Nesse sentido, Vladimir Brega Filho escreve que
A não admissão da suspensão em nenhum momento significa a condenação do réu, quer no primeiro, quer no processo que não foi suspenso. Em ambos, o réu poderá se defender e buscar a absolvição. Acrescentamos que a regra é a obrigatoriedade da ação penal, sendo a suspensão a exceção. Em razão disso, o legislador foi rigoroso e entendeu que a existência do processo é suficiente para impedir o benefício e nenhuma inconstitucionalidade há nisso. Se em outros institutos a lei exige a condenação transitada em julgado, isso não significa que em todos os casos deve-se proceder dessa maneira (2006, p. 106).
Cezar Roberto Bitencourt sustenta posicionamento idêntico, afirmando que:
Para conceder vantagens dessa magnitude é compreensível que a ordem jurídica faça determinadas exigências, como forma de assegurar o acerto do beneplácito. E, ademais, o acusado que praticar condutas definidas como crime é natural que seja processado, essa é a ordem natural das coisas, essa é a regra. A suspensão condicional do processo é exceção. Essa hipótese é excepcional e como tal pode exigir a presença dos requisitos que a lei fixar (2010, p. 711).
O Supremo Tribunal Federal tem se manifestado reiteradamente reconhecendo a constitucionalidade do requisito em comento:
Considerando o entendimento firmado pelo Tribunal no julgamento do RHC 79.460-SP (DJU de 18.5.2001), no sentido de que o art. 89 da Lei 9.099/95, na parte em que veda a aplicação do benefício da suspensão condicional do processo a acusado que esteja sendo processado, não viola o princípio constitucional da presunção de não culpabilidade, a Turma manteve acórdão do Tribunal de Alçada do Estado de São Paulo que negara a acusado o direito à concessão do sursis processual, por já se encontrar respondendo outra ação penal. (RE 299.781-SP, rel. Min. Sepúlveda Pertence, 4.9.2001).

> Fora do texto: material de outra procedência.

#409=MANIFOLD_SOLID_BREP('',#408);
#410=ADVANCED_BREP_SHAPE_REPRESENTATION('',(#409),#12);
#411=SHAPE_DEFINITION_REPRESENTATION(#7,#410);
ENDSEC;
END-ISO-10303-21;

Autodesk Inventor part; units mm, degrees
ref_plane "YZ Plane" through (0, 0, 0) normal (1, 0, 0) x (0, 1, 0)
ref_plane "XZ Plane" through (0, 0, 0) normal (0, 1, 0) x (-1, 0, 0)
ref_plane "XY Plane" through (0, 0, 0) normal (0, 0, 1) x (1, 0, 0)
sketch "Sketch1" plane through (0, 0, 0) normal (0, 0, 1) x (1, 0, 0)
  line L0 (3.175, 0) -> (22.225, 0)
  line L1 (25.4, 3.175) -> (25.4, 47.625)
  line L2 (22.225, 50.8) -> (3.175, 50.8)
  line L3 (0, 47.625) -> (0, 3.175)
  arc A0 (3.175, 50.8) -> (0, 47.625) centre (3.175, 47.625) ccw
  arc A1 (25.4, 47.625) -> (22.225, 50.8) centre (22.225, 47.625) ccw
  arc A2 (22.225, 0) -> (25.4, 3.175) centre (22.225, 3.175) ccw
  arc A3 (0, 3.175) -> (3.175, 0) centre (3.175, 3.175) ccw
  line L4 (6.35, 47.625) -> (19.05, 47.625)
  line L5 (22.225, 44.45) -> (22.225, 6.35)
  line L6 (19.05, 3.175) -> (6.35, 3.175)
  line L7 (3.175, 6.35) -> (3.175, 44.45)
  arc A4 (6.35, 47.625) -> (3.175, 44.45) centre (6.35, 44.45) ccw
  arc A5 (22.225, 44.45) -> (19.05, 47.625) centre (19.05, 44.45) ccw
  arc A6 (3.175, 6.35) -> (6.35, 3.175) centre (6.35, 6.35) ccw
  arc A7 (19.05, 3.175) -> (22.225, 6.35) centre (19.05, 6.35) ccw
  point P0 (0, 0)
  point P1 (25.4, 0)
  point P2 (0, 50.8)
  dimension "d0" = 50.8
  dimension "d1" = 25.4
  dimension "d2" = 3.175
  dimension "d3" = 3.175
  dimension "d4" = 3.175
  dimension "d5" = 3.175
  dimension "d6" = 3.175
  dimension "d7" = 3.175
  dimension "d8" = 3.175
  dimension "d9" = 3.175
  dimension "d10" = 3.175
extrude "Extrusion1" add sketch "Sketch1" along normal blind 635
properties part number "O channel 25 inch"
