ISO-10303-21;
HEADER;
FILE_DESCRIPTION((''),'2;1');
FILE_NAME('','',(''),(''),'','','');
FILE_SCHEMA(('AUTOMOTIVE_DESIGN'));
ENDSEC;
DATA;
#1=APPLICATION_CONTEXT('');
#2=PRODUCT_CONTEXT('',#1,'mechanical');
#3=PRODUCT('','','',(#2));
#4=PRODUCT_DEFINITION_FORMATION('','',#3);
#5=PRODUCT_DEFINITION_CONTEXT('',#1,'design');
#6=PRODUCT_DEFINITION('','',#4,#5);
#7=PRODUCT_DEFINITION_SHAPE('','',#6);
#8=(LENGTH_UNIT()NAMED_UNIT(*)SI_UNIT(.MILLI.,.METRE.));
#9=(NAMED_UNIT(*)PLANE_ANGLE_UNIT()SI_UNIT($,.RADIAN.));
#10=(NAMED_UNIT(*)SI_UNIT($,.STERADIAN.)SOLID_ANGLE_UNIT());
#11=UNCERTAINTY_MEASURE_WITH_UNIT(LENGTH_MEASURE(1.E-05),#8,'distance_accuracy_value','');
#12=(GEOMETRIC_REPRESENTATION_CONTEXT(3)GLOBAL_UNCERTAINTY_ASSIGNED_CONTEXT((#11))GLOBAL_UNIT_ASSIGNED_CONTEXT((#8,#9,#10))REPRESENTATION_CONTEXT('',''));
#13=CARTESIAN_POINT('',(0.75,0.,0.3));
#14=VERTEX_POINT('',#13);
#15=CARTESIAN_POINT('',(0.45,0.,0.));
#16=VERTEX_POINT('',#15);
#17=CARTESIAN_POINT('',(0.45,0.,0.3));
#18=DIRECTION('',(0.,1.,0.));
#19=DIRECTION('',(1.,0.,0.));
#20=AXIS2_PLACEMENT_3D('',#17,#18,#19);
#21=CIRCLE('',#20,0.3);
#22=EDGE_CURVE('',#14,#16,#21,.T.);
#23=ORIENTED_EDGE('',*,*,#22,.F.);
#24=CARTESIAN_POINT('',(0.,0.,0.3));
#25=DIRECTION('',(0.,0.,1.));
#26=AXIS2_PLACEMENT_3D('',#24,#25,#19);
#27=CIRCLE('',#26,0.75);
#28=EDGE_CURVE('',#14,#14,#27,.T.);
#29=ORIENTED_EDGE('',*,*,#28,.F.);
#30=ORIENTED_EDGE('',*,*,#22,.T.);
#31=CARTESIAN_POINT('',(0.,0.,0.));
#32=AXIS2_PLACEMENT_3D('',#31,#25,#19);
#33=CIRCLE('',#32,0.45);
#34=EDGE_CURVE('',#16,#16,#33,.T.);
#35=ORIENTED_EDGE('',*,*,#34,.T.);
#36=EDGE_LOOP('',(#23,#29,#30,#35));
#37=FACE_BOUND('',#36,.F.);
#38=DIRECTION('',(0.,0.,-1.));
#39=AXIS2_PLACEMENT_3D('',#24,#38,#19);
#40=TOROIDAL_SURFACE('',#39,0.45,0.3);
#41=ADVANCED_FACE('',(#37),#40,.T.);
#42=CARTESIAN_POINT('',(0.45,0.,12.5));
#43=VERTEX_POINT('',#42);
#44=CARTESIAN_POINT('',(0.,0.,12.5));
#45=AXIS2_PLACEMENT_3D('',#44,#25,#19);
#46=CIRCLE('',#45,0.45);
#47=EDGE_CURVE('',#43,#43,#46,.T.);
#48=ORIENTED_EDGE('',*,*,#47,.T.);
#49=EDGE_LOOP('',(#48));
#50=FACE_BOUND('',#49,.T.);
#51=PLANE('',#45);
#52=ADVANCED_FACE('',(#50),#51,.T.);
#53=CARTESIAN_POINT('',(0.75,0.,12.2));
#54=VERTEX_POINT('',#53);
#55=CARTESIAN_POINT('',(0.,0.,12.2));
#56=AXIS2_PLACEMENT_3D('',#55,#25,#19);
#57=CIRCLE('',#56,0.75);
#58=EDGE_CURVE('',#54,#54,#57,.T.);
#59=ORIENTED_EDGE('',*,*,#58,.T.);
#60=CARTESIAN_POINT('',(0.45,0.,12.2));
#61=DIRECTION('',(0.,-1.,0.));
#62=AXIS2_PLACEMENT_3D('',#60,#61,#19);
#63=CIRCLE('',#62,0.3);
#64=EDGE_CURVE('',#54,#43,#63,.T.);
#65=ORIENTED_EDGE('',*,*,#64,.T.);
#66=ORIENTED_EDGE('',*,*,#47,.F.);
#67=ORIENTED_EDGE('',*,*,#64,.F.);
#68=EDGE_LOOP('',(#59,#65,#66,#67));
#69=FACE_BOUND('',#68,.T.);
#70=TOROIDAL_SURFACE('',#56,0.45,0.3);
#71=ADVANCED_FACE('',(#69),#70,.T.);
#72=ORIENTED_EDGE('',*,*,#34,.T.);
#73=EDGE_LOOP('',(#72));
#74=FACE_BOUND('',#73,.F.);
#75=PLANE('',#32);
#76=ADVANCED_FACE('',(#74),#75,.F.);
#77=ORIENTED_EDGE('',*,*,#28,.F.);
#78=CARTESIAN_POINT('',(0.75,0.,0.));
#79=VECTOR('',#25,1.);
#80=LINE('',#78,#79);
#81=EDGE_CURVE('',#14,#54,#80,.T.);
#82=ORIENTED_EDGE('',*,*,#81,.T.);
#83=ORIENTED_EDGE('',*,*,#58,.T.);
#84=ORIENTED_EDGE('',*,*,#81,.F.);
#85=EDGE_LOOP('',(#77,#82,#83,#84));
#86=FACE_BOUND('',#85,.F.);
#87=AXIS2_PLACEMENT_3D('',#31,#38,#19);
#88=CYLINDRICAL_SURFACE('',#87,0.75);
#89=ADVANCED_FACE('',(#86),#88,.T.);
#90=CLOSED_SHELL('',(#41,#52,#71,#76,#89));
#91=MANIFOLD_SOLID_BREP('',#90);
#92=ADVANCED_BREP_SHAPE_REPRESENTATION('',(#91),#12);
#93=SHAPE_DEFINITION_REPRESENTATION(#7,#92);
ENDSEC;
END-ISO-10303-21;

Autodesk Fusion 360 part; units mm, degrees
sketch "Sketch1" plane through (0, 0, 0) normal (0, 0, 1) x (1, 0, 0)
  circle A0 centre (0, 0) radius 0.75
  dimension "d1" = 1.5
extrude "Extrude1" add sketch "Sketch1" along normal blind 12.5
fillet "Fillet1" radius 0.3 2 edges at (-0.6992, -0.2712, 12.5) (-0.6992, -0.2712, 0)
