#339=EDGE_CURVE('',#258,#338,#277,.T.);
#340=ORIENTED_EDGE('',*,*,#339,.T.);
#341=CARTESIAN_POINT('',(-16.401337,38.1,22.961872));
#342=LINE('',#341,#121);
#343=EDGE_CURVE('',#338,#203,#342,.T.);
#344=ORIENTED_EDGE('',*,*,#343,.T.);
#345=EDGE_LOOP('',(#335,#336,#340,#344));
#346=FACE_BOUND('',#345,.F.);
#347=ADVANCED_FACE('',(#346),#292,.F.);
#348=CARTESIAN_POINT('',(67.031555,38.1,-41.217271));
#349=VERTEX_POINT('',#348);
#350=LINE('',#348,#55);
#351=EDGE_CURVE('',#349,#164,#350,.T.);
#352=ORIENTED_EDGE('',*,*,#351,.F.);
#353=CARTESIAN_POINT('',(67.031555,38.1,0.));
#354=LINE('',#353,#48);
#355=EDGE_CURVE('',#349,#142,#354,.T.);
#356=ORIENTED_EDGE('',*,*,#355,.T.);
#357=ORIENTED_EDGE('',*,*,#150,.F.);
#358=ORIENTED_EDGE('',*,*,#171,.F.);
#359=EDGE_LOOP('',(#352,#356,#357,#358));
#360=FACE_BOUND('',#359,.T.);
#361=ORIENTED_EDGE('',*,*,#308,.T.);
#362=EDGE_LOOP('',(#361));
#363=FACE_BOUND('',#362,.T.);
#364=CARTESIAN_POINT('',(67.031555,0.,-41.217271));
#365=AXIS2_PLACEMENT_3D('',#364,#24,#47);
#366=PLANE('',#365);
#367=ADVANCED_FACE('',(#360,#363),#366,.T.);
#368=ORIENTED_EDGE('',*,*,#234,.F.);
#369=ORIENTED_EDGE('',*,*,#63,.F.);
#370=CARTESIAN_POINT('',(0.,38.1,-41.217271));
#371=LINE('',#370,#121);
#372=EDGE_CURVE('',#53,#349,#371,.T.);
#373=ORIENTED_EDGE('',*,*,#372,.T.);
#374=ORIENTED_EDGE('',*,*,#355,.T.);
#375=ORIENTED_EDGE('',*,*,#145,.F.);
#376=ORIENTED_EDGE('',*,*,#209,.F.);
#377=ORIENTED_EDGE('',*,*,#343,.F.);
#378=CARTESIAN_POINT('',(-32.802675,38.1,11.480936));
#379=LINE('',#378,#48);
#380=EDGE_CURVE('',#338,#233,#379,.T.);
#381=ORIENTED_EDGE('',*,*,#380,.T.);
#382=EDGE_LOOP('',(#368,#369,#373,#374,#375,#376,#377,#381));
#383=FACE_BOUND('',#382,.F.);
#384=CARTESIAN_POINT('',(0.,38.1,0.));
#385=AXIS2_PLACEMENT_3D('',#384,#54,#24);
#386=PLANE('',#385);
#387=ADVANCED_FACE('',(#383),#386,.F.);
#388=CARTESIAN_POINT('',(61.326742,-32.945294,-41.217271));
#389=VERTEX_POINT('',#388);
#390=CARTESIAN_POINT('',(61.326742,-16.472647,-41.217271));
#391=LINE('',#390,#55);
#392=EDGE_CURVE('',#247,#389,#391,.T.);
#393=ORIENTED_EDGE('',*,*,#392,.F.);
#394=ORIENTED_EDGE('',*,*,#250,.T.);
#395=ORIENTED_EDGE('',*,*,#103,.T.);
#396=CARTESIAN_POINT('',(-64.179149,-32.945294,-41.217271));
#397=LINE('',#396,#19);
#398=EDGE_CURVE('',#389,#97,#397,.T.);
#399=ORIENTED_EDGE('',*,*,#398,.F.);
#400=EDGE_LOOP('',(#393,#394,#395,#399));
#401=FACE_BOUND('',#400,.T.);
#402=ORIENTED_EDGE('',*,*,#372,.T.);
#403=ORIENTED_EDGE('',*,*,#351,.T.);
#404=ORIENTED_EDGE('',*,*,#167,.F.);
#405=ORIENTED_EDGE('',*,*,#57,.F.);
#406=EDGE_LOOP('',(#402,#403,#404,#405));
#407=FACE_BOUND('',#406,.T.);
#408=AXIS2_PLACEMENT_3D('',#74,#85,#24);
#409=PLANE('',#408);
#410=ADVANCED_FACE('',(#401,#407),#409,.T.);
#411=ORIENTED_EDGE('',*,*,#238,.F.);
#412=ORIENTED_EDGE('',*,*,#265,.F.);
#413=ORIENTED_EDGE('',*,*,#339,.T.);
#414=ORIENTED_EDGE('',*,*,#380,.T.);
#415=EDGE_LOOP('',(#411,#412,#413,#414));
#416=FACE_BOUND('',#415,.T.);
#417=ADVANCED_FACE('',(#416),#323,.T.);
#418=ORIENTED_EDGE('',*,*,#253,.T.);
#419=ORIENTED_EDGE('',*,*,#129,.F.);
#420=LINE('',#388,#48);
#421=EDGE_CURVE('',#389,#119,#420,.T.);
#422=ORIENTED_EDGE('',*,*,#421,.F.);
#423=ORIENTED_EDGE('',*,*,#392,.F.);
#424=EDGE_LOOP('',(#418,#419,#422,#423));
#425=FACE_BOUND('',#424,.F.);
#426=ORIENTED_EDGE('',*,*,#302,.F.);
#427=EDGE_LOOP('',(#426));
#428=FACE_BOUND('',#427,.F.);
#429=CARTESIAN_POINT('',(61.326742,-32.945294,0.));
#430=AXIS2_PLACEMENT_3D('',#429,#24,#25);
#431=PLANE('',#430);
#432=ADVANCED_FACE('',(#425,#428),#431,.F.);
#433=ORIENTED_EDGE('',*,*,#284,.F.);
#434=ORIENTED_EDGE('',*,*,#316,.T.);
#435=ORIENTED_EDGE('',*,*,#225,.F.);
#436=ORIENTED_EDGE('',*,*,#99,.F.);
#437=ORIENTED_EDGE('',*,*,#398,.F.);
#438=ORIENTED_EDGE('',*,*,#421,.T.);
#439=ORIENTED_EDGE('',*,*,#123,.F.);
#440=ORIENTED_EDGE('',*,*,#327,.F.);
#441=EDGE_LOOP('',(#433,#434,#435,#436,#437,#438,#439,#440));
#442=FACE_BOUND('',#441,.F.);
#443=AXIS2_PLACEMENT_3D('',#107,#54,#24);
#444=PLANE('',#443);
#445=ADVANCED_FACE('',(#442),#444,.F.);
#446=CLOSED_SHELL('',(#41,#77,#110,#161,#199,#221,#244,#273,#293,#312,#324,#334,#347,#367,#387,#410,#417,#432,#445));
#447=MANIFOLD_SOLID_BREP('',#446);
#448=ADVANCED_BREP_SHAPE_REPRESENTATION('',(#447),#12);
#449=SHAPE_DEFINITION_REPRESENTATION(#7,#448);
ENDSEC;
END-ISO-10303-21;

Tal posicionamento afigura-se como o mais acertado, pois, conforme já destacado, em regra, a ação penal é pública e vigora o princípio da obrigatoriedade, de maneira que, sendo a suspensão condicional do processo um benefício, cabe ao legislador criar critérios para que seja admissível ou não. Demais disso, não sendo possível a aplicação do instituto pelo fato do réu estar sendo processado em outra ação penal, não se afasta a presunção de que ele é inocente, de maneira que terá a oportunidade de se defender em ambos os processos, cabendo a acusação demonstrar que deve ser responsabilidade pelas infrações penais.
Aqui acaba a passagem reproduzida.